Knapp 15.000 Tote, zerstörte Häuser und Mühlen, eine verlorene Ernte – die Burchardiflut vom 11. auf den 12. Oktober 1634 brachte aber nicht nur gewaltiges Leid über Nordfriesland. Sie veränderte auch den Küstenverlauf im Norden für immer.
Als sich am Nachmittag des 11. Oktober 1634 der Norden verfinsterte, wussten die Menschen im Norden, dass ein schwerer Sturm aufziehen würde. Sie holten vorsichtshalber das Vieh herein, wo sie denn konnten, und wappneten sich vor dem, was kommen sollte.
Doch entgegenzusetzen hatten sie der furchtbaren Sturmflut nichts. Die „Grote Mandränke“, das „Große Ertrinken“ kostete bis zu 15.000 Küstenbewohnern in Nordfriesland das Leben. Und sie veränderte für immer die Küstenlinie: große Teile der Insel Alt-Nordstrand versanken für immer im Meer. Benannt wurde die Sturmflut, wie damals üblich, nach einem Heiligen: dem Bischof Burkhard von Würzburg, dessen Namenstag der 14. Oktober ist: Burchardiflut.
Ein Augenzeugenbericht der Burchardiflut
Es gibt einen Augenzeugenbericht, der schildert, wie sich die Lage entwickelte. Er stammt von Jan Adriaanszoon Leeghtwater, einem niederländischen Wasserbauingenieur. Sein Auftrag war es, in der Dagebüller Bucht dem Meer Land abzugewinnen. Sie flüchteten aus ihrem Haus, über den Deich, an dessen Krone bereits die Nordsee stand, in ein weiter höher gelegenes Herrenhaus. Dort harrten bereits andere Flüchtlinge aus. Er schreibt:
„Der wehte platt gegen das Herrenhaus, so hart und steif, wie ich’s in meinem Leben nicht gesehen habe. An einer starken Tür, die an der Westseite stand, sprangen die Riegel aus dem Pfosten von den Meereswogen, so daß das Wasser das Feuer auslöschte und so hoch auf den Flur kam, daß es über meine Kniestiefel hinweglief, ungefähr 13 Fuß höher als das Maifeld des alten Landes […] Am Nordende des Herrenhauses, welches dicht am Seetief stand, spülte die Erde unter dem Haus weg […]

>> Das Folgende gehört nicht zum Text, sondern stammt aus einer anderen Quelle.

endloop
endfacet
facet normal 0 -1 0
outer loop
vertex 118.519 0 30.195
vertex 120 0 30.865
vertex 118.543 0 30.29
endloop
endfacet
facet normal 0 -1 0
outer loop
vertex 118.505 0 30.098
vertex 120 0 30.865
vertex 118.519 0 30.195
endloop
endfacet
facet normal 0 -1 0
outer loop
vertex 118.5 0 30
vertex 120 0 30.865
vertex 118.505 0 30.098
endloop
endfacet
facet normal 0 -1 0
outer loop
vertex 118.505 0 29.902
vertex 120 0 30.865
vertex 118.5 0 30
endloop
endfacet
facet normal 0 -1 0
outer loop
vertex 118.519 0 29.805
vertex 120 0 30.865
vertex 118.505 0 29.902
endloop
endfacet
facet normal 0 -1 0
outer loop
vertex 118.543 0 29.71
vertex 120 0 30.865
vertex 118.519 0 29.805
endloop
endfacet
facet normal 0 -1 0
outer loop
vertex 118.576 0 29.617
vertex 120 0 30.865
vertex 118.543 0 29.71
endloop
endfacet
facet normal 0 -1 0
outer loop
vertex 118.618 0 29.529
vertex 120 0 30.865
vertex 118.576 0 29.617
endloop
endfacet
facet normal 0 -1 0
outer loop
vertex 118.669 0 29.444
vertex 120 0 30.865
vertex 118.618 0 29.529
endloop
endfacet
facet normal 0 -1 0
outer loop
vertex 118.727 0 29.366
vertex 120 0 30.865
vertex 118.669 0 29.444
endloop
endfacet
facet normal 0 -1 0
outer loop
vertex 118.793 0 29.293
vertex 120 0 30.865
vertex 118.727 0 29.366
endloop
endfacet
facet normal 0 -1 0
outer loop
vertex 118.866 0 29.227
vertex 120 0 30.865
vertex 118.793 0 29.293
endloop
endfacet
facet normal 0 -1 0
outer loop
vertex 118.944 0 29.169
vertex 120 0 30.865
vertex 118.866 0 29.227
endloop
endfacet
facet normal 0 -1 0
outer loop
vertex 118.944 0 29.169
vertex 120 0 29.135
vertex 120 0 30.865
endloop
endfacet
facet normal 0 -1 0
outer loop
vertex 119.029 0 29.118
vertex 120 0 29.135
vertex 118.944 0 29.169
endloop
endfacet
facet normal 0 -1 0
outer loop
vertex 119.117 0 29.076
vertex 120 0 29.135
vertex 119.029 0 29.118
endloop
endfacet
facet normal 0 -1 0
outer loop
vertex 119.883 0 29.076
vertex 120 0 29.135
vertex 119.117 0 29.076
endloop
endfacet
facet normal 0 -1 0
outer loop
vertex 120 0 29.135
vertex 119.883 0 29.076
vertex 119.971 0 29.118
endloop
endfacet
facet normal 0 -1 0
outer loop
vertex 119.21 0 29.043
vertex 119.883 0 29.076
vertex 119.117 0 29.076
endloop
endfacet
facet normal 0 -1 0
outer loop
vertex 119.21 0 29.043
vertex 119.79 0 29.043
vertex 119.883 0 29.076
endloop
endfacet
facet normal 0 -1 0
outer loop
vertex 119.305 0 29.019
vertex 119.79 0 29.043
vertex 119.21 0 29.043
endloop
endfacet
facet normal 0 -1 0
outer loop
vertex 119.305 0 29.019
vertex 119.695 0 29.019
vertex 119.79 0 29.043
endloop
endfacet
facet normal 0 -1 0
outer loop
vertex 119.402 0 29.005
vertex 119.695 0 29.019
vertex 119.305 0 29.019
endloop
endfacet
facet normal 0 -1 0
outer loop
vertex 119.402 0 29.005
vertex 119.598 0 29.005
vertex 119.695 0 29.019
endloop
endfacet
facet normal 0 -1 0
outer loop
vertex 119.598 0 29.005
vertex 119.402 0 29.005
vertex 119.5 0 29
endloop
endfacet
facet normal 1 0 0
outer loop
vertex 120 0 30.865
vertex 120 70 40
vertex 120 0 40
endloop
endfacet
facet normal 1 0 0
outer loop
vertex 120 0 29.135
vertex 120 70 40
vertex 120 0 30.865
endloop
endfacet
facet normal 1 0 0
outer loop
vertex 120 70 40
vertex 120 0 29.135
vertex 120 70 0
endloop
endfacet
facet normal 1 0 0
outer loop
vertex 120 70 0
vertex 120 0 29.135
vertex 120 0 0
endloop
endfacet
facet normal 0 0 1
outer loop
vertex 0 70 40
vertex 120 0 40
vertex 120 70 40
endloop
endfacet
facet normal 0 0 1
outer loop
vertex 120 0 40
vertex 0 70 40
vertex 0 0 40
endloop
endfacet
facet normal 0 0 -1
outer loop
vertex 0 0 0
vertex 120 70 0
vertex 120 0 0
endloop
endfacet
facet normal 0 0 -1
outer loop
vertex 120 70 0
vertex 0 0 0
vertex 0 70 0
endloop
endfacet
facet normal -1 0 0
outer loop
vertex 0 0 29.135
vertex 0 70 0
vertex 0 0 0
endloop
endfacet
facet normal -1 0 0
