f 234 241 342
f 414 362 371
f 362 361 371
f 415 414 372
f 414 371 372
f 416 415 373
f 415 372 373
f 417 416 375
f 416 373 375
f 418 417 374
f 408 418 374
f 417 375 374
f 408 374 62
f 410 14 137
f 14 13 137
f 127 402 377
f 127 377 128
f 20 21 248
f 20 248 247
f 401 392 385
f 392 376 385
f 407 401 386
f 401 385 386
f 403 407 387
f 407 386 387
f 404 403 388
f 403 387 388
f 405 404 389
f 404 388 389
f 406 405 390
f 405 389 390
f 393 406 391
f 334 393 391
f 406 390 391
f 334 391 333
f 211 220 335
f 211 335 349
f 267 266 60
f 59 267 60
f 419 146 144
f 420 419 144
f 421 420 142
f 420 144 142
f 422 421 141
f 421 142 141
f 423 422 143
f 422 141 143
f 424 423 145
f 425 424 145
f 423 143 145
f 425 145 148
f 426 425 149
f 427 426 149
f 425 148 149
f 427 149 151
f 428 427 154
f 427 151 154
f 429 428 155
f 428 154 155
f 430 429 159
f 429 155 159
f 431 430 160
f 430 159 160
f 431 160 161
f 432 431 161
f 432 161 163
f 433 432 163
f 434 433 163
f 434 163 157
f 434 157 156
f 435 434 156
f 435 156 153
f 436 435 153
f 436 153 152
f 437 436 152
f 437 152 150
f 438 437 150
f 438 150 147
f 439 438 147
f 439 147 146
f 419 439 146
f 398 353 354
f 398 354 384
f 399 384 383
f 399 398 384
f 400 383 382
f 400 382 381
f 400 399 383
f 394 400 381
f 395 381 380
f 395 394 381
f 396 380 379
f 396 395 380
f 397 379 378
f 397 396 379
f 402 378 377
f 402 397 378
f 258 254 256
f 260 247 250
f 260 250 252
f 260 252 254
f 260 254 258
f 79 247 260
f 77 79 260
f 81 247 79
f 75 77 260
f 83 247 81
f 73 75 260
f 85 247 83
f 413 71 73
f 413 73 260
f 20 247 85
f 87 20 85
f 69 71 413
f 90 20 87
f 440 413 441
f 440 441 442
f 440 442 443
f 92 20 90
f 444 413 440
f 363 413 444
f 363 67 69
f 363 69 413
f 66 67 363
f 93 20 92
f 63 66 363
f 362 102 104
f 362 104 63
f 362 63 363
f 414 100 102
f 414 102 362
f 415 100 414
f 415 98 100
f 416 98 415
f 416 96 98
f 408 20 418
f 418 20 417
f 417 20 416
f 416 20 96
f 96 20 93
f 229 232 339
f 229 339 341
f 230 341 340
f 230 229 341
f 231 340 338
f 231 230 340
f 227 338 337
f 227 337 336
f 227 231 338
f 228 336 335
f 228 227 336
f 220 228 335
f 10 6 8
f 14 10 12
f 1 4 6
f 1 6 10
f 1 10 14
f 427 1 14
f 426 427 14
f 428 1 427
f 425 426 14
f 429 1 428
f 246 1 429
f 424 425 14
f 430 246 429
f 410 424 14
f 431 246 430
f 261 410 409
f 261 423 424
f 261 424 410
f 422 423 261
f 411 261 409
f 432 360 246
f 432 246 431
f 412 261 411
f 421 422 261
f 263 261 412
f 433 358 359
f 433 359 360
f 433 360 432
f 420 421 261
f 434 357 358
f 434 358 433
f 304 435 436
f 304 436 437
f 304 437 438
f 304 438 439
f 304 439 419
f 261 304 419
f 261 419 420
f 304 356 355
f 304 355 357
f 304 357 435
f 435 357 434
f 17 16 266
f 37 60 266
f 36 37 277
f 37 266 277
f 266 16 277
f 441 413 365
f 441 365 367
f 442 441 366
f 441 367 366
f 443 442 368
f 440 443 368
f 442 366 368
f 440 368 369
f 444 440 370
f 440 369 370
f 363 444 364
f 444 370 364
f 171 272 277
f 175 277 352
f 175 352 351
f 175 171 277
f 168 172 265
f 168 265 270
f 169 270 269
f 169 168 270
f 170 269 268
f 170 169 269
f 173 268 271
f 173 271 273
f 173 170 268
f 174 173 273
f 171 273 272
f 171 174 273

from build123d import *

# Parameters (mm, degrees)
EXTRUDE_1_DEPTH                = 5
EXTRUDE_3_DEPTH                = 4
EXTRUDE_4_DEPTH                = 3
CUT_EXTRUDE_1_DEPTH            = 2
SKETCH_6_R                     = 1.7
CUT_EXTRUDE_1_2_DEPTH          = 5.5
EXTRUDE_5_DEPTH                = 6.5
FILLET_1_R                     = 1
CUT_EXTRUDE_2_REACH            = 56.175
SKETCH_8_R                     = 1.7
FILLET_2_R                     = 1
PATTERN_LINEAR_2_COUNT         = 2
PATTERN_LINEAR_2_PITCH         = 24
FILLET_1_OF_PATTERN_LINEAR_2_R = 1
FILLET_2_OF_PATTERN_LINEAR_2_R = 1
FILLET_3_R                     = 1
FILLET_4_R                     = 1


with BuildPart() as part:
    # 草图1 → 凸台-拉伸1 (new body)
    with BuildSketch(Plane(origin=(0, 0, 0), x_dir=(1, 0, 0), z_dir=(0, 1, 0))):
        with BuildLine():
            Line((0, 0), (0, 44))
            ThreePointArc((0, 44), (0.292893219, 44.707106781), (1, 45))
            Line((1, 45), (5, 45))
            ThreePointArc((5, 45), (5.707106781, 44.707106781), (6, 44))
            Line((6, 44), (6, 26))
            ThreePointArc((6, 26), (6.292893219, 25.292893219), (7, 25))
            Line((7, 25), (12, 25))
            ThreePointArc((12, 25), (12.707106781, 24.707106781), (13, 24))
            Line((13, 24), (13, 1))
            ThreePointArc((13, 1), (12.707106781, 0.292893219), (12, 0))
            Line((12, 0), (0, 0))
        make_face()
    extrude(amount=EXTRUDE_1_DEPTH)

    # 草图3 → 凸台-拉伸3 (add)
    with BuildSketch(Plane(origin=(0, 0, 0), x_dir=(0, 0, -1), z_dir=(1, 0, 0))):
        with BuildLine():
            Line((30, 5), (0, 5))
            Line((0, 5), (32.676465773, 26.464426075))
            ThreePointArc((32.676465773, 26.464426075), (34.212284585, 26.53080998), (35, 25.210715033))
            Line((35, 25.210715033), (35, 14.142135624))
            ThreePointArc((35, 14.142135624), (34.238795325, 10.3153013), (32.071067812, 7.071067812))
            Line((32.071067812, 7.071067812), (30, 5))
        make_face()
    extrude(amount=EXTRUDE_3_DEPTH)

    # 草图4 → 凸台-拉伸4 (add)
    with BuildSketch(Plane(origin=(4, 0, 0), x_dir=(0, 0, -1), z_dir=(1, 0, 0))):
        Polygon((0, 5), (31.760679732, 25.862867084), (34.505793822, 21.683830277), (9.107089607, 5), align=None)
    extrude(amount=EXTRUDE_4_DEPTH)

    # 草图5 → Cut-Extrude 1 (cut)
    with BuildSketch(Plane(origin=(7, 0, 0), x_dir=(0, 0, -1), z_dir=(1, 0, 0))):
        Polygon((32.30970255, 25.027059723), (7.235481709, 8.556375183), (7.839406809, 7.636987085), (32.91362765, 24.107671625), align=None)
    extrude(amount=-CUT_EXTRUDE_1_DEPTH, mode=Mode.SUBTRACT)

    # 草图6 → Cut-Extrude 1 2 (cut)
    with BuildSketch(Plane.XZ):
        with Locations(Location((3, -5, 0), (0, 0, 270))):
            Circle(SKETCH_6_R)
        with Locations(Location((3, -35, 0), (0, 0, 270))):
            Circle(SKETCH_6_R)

Infolgedessen barst das Haus, die Diele und der Boden auseinander […] Es schien nicht anders als solle das Herrenhaus mit allen, die darin waren, vom Deich abspülen. Des Morgens […] da waren alle Zelte und Hütten weggespült, die auf dem ganzen Werk waren, sechs- oder siebenunddreißig an der Zahl, mit allen Menschen, die darin waren. […] Große Seeschiffe waren auf dem hohen Deich stehengeblieben, wie ich selber gesehen habe.
Mehrere Schiffe standen in Husum auf der hohen Straße. Ich bin auch den Strand allda geritten, da hab ich wunderliche Dinge gesehen, viele verschiedene tote Tiere, Balken von Häusern, zertrümmerte Wagen und eine ganze Menge Holz, Heu, Stroh und Stoppeln. Auch habe ich dabei so manche Menschen gesehen, die ertrunken waren.
Auf der Insel Strand brachen in dieser Nacht an 44 Stellen die Deiche. Mehr als 6120 Menschen, ein Drittel der Inselbevölkerung, verlor das Leben. 1300 Häuser und 30 Mühlen wurden zerstört – und die komplette Ernte, was im Folgejahr für erhebliche Probleme sorgen würde. Für die Insel Strand und die Halligen Nübbel und Nieland bedeutete die Burchardiflut das Ende.
Das Ende der Insel Strand
Die Insel Strand wurde buchstäblich zerrissen. Weite Flächen lagen unterhalb des Meeresspiegel, sodass die Nordsee auch nach der Flut immer weiter nachfloss und nicht wieder ablief. Die Gezeiten nahmen Stück für Stück die Deiche weg. So entstanden die Inseln Nordstrand und Pellworm und die Halligen Südfall und Nordstrandischmoor.
Die Menschen im Norden hatten noch viele Jahre mit den Folgen der Burchardiflut zu kämpfen. Sie wurde vielerorts an besondere Strafe Gottes interpretiert.